According to Rabobank analysts, Mario Draghi’s final meeting as President of the ECB today should be a relatively uneventful policy-wise.

“A comprehensive policy package was announced only last month and this has yet to be implemented fully (recall that both net asset purchases and the tiered remuneration of excess reserves will only start at the end of this month). Nonetheless, President Draghi’s farewell may not be the party he was hoping for. The ECB’s latest policy decision caused quite some division in the Council. Moreover, the ECB President is waving goodbye against an economic backdrop that is not as bright as he would have liked to see it as he leaves office. If the incoming data remain weak, incoming President Lagarde may have to step in Draghi’s footsteps and lower the ECB’s deposit rate again at her first policy meeting in December. But we do note that division in the Council has increased the likelihood that the next cut will be delayed into 2020.”

09:00
ECB: Draghi’s last Governing Council meeting – Deutsche Bank

Deutsche Bank analysts suggest that the market highlight today comes from the ECB, in what will be President Mario Draghi’s last Governing Council meeting before Christine Lagarde takes over on 1 November.

“His final choice of tie colour will be of great interest to all. Maybe it will be a novelty bow-tie. Over his 8 years in charge, the Euro Area has emerged from its sovereign debt crisis and seen unemployment fall to 7.4%, its lowest since May 2008. However, inflation has proved stubbornly difficult to return to target (averaging 1.19% over the period), standing at just +0.8% in September, while five-year forward five-year inflation swaps stand at just 1.202%, so not exactly a vote of confidence from the markets that they expect the ECB to get inflation back up again anytime soon. Although Draghi’s term has another week to go we thought we’d mark his last press conference with a look at the performance of our usual sweep of key global assets under his 8 year tenure.”

08:44
UK mortgage approvals hit six-month low in September - UK Finance

The number of new mortgages approved by British banks hit a six-month low in September, that adds to signs the housing market is slowing again ahead of the October Brexit deadline.

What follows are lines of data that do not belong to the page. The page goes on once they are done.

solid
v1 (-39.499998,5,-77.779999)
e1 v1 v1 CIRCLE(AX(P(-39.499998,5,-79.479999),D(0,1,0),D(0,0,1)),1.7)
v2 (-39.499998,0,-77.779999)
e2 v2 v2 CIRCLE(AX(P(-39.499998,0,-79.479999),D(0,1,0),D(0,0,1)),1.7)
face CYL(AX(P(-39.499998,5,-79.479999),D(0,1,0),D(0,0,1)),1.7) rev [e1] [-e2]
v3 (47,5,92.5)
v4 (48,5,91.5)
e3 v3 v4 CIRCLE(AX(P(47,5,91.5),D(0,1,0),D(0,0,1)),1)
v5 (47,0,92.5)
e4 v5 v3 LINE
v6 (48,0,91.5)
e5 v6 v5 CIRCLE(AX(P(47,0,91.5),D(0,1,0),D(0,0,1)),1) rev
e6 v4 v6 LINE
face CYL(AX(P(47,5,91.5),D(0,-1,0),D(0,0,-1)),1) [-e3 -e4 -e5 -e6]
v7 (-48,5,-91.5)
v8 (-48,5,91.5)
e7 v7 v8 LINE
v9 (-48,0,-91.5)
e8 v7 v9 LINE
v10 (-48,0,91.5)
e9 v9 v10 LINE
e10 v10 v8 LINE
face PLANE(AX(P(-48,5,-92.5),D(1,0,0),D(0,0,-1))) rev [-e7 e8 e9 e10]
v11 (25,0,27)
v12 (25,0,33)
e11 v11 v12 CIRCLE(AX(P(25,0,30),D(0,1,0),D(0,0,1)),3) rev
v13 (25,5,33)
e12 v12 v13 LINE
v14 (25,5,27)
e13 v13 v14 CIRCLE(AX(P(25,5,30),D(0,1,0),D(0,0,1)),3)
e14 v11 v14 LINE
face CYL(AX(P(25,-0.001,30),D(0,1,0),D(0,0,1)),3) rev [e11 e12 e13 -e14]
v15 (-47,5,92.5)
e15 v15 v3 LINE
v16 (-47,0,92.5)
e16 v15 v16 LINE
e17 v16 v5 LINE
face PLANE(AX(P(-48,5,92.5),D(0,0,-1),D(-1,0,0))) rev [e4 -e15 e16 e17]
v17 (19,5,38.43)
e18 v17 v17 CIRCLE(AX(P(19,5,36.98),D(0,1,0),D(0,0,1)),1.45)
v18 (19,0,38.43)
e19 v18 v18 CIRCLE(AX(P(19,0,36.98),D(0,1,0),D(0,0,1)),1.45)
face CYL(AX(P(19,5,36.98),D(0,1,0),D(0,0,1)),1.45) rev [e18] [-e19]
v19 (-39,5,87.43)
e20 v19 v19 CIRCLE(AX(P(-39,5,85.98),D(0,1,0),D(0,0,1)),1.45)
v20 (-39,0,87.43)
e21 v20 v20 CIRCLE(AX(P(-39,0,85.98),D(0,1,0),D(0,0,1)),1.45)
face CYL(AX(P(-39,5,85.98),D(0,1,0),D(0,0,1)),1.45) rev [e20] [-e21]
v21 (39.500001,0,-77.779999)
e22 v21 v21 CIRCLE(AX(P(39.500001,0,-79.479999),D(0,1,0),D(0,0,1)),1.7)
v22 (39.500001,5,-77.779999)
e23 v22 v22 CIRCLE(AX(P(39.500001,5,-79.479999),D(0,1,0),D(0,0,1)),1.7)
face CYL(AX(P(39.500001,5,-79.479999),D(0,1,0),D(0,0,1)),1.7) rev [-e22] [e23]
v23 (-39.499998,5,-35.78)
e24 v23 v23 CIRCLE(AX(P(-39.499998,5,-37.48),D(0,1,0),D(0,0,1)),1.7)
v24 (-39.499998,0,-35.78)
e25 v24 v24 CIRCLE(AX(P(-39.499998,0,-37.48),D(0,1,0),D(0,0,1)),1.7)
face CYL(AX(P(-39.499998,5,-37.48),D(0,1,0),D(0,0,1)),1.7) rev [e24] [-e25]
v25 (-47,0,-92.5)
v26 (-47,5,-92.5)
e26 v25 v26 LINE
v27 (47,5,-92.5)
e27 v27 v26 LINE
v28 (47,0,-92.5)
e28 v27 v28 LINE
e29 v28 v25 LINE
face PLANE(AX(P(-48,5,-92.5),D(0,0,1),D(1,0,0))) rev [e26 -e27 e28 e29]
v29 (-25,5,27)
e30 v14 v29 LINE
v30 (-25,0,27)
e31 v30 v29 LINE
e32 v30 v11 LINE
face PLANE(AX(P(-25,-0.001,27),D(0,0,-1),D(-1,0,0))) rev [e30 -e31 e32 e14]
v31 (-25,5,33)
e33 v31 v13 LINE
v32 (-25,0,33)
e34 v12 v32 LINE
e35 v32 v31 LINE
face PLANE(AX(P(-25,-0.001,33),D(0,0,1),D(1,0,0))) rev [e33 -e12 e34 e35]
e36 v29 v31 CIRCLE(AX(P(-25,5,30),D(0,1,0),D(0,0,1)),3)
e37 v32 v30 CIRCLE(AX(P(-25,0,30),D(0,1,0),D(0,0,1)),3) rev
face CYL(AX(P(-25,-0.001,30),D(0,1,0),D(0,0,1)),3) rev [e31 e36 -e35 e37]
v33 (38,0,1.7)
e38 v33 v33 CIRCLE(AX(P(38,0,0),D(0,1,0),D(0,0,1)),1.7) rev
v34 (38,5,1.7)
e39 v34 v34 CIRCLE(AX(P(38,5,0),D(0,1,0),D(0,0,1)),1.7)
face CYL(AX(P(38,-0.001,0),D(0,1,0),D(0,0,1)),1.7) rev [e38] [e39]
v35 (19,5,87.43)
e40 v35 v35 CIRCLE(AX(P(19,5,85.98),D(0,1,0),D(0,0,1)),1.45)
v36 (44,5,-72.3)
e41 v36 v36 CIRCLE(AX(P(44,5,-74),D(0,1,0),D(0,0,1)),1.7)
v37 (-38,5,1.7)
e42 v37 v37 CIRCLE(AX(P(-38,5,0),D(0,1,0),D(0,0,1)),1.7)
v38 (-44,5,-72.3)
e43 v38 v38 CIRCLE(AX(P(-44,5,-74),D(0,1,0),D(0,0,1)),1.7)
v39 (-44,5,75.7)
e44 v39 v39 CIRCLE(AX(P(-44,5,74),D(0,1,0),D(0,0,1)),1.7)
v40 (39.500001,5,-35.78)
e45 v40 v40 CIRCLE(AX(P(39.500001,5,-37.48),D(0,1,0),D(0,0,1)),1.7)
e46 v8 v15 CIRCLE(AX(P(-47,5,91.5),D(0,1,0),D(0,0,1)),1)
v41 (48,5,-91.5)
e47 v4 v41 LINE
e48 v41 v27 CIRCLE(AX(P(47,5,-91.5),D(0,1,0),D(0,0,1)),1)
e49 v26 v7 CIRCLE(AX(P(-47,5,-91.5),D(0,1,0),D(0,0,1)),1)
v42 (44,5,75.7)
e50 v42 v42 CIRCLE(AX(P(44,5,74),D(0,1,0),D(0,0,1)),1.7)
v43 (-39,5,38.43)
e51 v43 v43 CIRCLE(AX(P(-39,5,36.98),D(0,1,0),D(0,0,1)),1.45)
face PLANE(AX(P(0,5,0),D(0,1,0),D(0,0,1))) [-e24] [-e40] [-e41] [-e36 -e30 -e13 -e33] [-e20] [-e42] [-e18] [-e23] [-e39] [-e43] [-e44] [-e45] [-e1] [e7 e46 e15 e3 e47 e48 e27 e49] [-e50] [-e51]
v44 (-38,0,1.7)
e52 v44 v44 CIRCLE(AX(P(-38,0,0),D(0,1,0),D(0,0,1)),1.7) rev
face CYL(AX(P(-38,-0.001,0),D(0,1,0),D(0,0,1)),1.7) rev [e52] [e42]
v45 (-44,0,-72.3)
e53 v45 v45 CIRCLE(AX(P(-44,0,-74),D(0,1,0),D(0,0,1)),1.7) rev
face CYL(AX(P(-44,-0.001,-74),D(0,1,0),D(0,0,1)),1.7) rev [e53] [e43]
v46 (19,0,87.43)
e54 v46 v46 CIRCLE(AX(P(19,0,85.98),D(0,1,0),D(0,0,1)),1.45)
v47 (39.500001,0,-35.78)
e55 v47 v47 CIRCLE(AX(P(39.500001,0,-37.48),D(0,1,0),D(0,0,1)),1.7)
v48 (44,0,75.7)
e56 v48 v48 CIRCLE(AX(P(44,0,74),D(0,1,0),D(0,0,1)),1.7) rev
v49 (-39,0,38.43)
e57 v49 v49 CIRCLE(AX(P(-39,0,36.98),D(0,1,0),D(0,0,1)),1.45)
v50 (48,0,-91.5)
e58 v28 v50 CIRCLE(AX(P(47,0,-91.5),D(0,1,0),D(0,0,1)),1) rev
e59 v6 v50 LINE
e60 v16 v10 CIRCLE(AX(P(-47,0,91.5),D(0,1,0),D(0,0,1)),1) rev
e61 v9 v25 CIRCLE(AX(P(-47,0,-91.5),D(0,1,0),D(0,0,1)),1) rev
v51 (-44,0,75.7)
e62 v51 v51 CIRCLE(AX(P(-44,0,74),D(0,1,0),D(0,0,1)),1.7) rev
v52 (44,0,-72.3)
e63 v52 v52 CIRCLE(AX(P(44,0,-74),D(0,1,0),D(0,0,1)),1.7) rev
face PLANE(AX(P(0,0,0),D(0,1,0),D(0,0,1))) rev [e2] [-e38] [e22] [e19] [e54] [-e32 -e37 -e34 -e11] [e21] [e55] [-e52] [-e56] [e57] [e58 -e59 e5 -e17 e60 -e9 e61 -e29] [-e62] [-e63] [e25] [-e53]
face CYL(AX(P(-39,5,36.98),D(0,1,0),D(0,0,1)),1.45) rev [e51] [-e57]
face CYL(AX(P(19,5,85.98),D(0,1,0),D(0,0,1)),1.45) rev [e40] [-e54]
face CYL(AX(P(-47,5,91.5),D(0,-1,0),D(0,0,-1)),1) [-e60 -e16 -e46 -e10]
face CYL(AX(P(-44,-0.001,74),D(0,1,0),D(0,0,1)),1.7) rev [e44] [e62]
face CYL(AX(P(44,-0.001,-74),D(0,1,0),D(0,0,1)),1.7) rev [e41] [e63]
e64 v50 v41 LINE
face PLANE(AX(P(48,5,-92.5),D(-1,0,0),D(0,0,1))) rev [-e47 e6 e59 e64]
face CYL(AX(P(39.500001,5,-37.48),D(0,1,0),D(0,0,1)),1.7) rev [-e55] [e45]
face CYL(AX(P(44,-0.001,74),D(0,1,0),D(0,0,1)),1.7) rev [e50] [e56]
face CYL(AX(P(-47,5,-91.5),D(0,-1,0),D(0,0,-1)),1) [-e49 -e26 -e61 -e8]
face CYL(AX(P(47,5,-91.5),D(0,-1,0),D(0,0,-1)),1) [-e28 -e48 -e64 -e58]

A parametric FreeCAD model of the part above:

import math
import FreeCAD as App
import Part
import Sketcher


def edges_at(feature, points):
    """Names of the edges that pass closest to the given points."""
    edges = feature.Shape.Edges
    near = lambda p: min(range(len(edges)), key=lambda i: edges[i].distToShape(Part.Vertex(*p))[0])
    return sorted({f"Edge{near(p) + 1}" for p in points})


def add_polygon(sketch, points):
    """Adds a closed chain of lines whose ends are joined by coincident constraints."""
    first, n = sketch.GeometryCount, len(points)
    for a, b in zip(points, points[1:] + points[:1]):
        sketch.addGeometry(Part.LineSegment(App.Vector(*a, 0), App.Vector(*b, 0)), False)
    for i in range(n):
        sketch.addConstraint(Sketcher.Constraint("Coincident", first + i, 2, first + (i + 1) % n, 1))

doc = App.newDocument("Part")
body = doc.addObject("PartDesign::Body", "Body")

# Sketch on XZ plane
sketch1 = doc.addObject("Sketcher::SketchObject", "Sketch")
body.addObject(sketch1)
sketch1.AttachmentSupport = (doc.XZ_Plane, [""])
sketch1.MapMode = "FlatFace"
add_polygon(sketch1, [(-48, -92), (-48, 92), (48, 92), (48, -92)])  # lines 0-3
sketch1.addConstraint([
    Sketcher.Constraint("Vertical", 0),
    Sketcher.Constraint("Horizontal", 1),
    Sketcher.Constraint("Vertical", 2),
    Sketcher.Constraint("Horizontal", 3),
    Sketcher.Constraint("Symmetric", 0, 2, 2, 2, -1, 1),
    Sketcher.Constraint("DistanceX", 1, 1, 1, 2, 96.0),
    Sketcher.Constraint("DistanceY", 0, 1, 0, 2, 185.0),
])
pad1 = doc.addObject("PartDesign::Pad", "Pad")
body.addObject(pad1)
pad1.Profile = sketch1
pad1.Length = 5
pad1.Reversed = True

# Sketch on XZ plane
sketch2 = doc.addObject("Sketcher::SketchObject", "Sketch001")
body.addObject(sketch2)
sketch2.AttachmentSupport = (doc.XZ_Plane, [""])
sketch2.MapMode = "FlatFace"
sketch2.AttachmentOffset = App.Placement(App.Vector(0, 0, -5), App.Rotation())
sketch2.addGeometry(Part.Circle(App.Vector(44, -74, 0), App.Vector(0, 0, 1), 1.7), False)
sketch2.addConstraint([
    Sketcher.Constraint("Diameter", 0, 3.4),
    Sketcher.Constraint("DistanceX", -1, 1, 0, 3, 44.0),
    Sketcher.Constraint("DistanceY", 0, 3, -1, 1, 74.0),
])
pocket1 = doc.addObject("PartDesign::Pocket", "Pocket")
body.addObject(pocket1)
pocket1.Profile = sketch2
pocket1.Type = "UpToFirst"
pocket1.Reversed = True

# Sketch on XZ plane
sketch3 = doc.addObject("Sketcher::SketchObject", "Sketch002")
body.addObject(sketch3)
sketch3.AttachmentSupport = (doc.XZ_Plane, [""])
sketch3.MapMode = "FlatFace"
sketch3.AttachmentOffset = App.Placement(App.Vector(0, 0, -5), App.Rotation())
sketch3.addGeometry(Part.Circle(App.Vector(-44, -74, 0), App.Vector(0, 0, 1), 1.7), False)
sketch3.addConstraint([
    Sketcher.Constraint("Diameter", 0, 3.4),
    Sketcher.Constraint("DistanceX", 0, 3, -1, 1, 44.0),
    Sketcher.Constraint("DistanceY", 0, 3, -1, 1, 74.0),
])
pocket2 = doc.addObject("PartDesign::Pocket", "Pocket001")
body.addObject(pocket2)
pocket2.Profile = sketch3
pocket2.Type = "UpToFirst"
pocket2.Reversed = True

# Sketch on XZ plane
sketch4 = doc.addObject("Sketcher::SketchObject", "Sketch003")
body.addObject(sketch4)
sketch4.AttachmentSupport = (doc.XZ_Plane, [""])
sketch4.MapMode = "FlatFace"
sketch4.AttachmentOffset = App.Placement(App.Vector(0, 0, -5), App.Rotation())
sketch4.addGeometry(Part.Circle(App.Vector(44, 74, 0), App.Vector(0, 0, 1), 1.7), False)
sketch4.addConstraint([
    Sketcher.Constraint("Diameter", 0, 3.4),
    Sketcher.Constraint("DistanceX", -1, 1, 0, 3, 44.0),
    Sketcher.Constraint("DistanceY", -1, 1, 0, 3, 74.0),
])
pocket3 = doc.addObject("PartDesign::Pocket", "Pocket002")
body.addObject(pocket3)
pocket3.Profile = sketch4
pocket3.Type = "UpToFirst"
pocket3.Reversed = True

# Sketch on XZ plane
sketch5 = doc.addObject("Sketcher::SketchObject", "Sketch004")
body.addObject(sketch5)
sketch5.AttachmentSupport = (doc.XZ_Plane, [""])
sketch5.MapMode = "FlatFace"
sketch5.AttachmentOffset = App.Placement(App.Vector(0, 0, -5), App.Rotation())
sketch5.addGeometry(Part.Circle(App.Vector(-44, 74, 0), App.Vector(0, 0, 1), 1.7), False)
sketch5.addConstraint([
    Sketcher.Constraint("Diameter", 0, 3.4),
    Sketcher.Constraint("DistanceX", 0, 3, -1, 1, 44.0),
    Sketcher.Constraint("DistanceY", -1, 1, 0, 3, 74.0),
])
pocket4 = doc.addObject("PartDesign::Pocket", "Pocket003")
body.addObject(pocket4)
pocket4.Profile = sketch5
pocket4.Type = "UpToFirst"
pocket4.Reversed = True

Industry body UK Finance said banks approved 42,310 loans for home purchase in September, compared with 42,527 in August, according to seasonally-adjusted data. However, the number of approvals for remortgaging rose to the highest level since November 2017 at 32,649.

UK Finance said annual growth in consumer credit rose to a 19-month high of 4.5% from +4.4% y/y in August, driven by personal loans and overdrafts rather than credit card lending. Credit card lending is seen slowing to +3.0% y/y - the weakest rise since November 2014.

08:30
United Kingdom: Mortgage Approvals, September 42.31
08:16
Eurozone mired close to stagnation at start of fourth quarter - IHS Markit

According to the latest flash PMI data, the Eurozone economy remained close to stagnation at the start of the fourth quarter, with demand for goods and services falling for a second successive month. A further steep decline in manufacturing output was accompanied by one of the weakest service sector expansions since 2014. Future expectations sank to the gloomiest since 2013 and jobs growth hit the lowest since 2014. Selling price inflation meanwhile stuck at a near three-year low amid muted cost pressures. By country, an improved performance in France helped keep the eurozone out of contraction, alongside a mild easing in the rate of decline in Germany. However, the rest of the region slowed closer to stagnation.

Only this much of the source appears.